2. The process for single-ended termination of a double-ended perfluoropolyether alcohol of claim 1 wherein said fluorine-containing solvent is perfluorohexane, perfluorooctane, or perfluoroheptane.

3. The method of claim 1 for single-ended termination of a double-ended perfluoropolyether alcohol, wherein the second organic solvent is n-hexane, chloroform, dichloromethane, carbon tetrachloride, or toluene.

4. The process for single-ended termination of a double-ended perfluoropolyether alcohol of claim 1 wherein said acid chloride reagent is acetyl chloride, propionyl chloride, butyryl chloride, isobutyryl chloride, or pivaloyl chloride.

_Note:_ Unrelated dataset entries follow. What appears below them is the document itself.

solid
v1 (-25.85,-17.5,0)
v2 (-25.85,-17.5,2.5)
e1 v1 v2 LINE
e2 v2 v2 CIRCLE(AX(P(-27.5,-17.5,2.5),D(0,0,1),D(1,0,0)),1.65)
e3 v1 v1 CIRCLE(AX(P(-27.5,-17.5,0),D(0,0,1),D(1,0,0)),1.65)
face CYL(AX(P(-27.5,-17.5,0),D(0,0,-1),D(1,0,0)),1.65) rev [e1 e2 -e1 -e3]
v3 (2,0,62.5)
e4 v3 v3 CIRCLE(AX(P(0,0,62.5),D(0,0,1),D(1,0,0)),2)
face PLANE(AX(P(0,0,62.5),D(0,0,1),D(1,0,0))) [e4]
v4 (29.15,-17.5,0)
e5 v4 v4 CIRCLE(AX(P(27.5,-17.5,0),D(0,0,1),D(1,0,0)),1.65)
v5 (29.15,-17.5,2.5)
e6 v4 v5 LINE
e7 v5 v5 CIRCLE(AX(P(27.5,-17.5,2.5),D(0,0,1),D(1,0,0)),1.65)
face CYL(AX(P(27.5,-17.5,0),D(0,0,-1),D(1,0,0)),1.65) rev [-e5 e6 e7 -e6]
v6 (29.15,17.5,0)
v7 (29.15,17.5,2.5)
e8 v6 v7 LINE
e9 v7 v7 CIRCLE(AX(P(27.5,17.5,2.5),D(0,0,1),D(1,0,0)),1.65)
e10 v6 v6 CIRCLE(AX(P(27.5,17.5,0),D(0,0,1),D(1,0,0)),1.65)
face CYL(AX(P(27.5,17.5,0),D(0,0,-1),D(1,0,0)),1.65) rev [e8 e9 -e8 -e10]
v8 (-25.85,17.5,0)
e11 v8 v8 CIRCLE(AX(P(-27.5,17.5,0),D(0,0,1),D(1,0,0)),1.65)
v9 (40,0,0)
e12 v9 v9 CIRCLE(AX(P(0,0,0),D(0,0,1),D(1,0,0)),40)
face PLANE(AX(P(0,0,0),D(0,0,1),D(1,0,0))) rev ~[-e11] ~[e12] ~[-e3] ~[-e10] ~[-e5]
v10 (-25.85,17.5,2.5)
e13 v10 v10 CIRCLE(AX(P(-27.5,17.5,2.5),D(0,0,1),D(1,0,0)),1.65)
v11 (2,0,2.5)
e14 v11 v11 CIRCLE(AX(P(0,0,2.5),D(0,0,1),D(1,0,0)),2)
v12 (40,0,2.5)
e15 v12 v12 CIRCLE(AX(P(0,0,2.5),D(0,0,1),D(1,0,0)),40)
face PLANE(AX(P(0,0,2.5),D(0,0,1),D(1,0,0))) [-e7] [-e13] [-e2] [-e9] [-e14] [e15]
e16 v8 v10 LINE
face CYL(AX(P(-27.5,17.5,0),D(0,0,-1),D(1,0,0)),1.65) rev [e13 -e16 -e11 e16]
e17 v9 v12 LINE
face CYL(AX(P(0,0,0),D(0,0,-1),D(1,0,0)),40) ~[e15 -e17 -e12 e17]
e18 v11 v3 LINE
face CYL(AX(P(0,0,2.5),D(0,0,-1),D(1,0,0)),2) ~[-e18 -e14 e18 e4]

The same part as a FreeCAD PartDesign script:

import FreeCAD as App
import Part
import Sketcher
Q = App.Units.Quantity

doc = App.newDocument("Part")
body = doc.addObject("PartDesign::Body", "Body")

sketch1 = body.newObject("Sketcher::SketchObject", "Sketch")
sketch1.AttachmentSupport = (doc.getObject("XY_Plane"), [""])
sketch1.MapMode = "FlatFace"
sketch1.addGeometry([
    Part.Circle(App.Vector(0, 0, 0), App.Vector(0, 0, 1), 40),
    Part.Circle(App.Vector(-27.5, -17.5, 0), App.Vector(0, 0, 1), 1.6),
    Part.Circle(App.Vector(27.5, -17.5, 0), App.Vector(0, 0, 1), 1.6),
    Part.Circle(App.Vector(-27.5, 17.5, 0), App.Vector(0, 0, 1), 1.6),
    Part.Circle(App.Vector(27.5, 17.5, 0), App.Vector(0, 0, 1), 1.6),
], False)
sketch1.addConstraint([
    Sketcher.Constraint("Coincident", 0, 3, -1, 1),
    Sketcher.Constraint("Equal", 1, 2),
    Sketcher.Constraint("Equal", 2, 3),
    Sketcher.Constraint("Equal", 3, 4),
    Sketcher.Constraint("Symmetric", 2, 3, 3, 3, -1, 1),
    Sketcher.Constraint("Symmetric", 1, 3, 4, 3, -1, 1),
    Sketcher.Constraint("Symmetric", 1, 3, 2, 3, -2),
    Sketcher.Constraint("Diameter", 0, Q("80 mm")),
    Sketcher.Constraint("Diameter", 1, Q("3.3 mm")),
    Sketcher.Constraint("DistanceX", 1, 3, 2, 3, Q("55 mm")),
    Sketcher.Constraint("DistanceY", 1, 3, 3, 3, Q("35 mm")),
])
pad1 = body.newObject("PartDesign::Pad", "Pad")
pad1.Profile = sketch1
pad1.Length = 2.5

sketch2 = body.newObject("Sketcher::SketchObject", "Sketch001")
sketch2.AttachmentSupport = (doc.getObject("XY_Plane"), [""])
sketch2.MapMode = "FlatFace"
sketch2.AttachmentOffset = App.Placement(App.Vector(0, 0, 2.5), App.Rotation())
sketch2.addGeometry(Part.Circle(App.Vector(0, 0, 0), App.Vector(0, 0, 1), 2), False)
sketch2.addConstraint([
    Sketcher.Constraint("Coincident", 0, 3, -1, 1),
    Sketcher.Constraint("Diameter", 0, Q("4 mm")),
])
pad2 = body.newObject("PartDesign::Pad", "Pad001")
pad2.Profile = sketch2
pad2.Length = 60

doc.recompute()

5. The process for single-ended termination of a double-ended perfluoropolyether alcohol of claim 1, wherein said double-ended perfluoropolyether alcohol has a designation Fomblin D2500 at a concentration in the fluorosolvent of 1 wt.% to 5 wt.%.

6. The method of claim 1, wherein the weight ratio of the fluorine-containing solvent to the second organic solvent is 1: 10 to 1: 20.

7. The process for single-ended termination of a double-ended perfluoropolyether alcohol of claim 1 wherein said double-ended perfluoropolyether alcohol solution is emulsified with a second organic solvent under vigorous stirring or ultrasonic agitation.

8. The method for single-ended termination of a double-ended perfluoropolyether alcohol of claim 1, wherein the acyl chloride reagent solution is added to the emulsion at a temperature of 5 to 60 ℃ for 10 to 60 minutes.

9. The method of claim 1, wherein the second organic solvent with a stoichiometric amount of acid chloride reagent dissolved therein is added to the emulsion at a temperature of 5 to 10 ℃ for 10 to 30 minutes.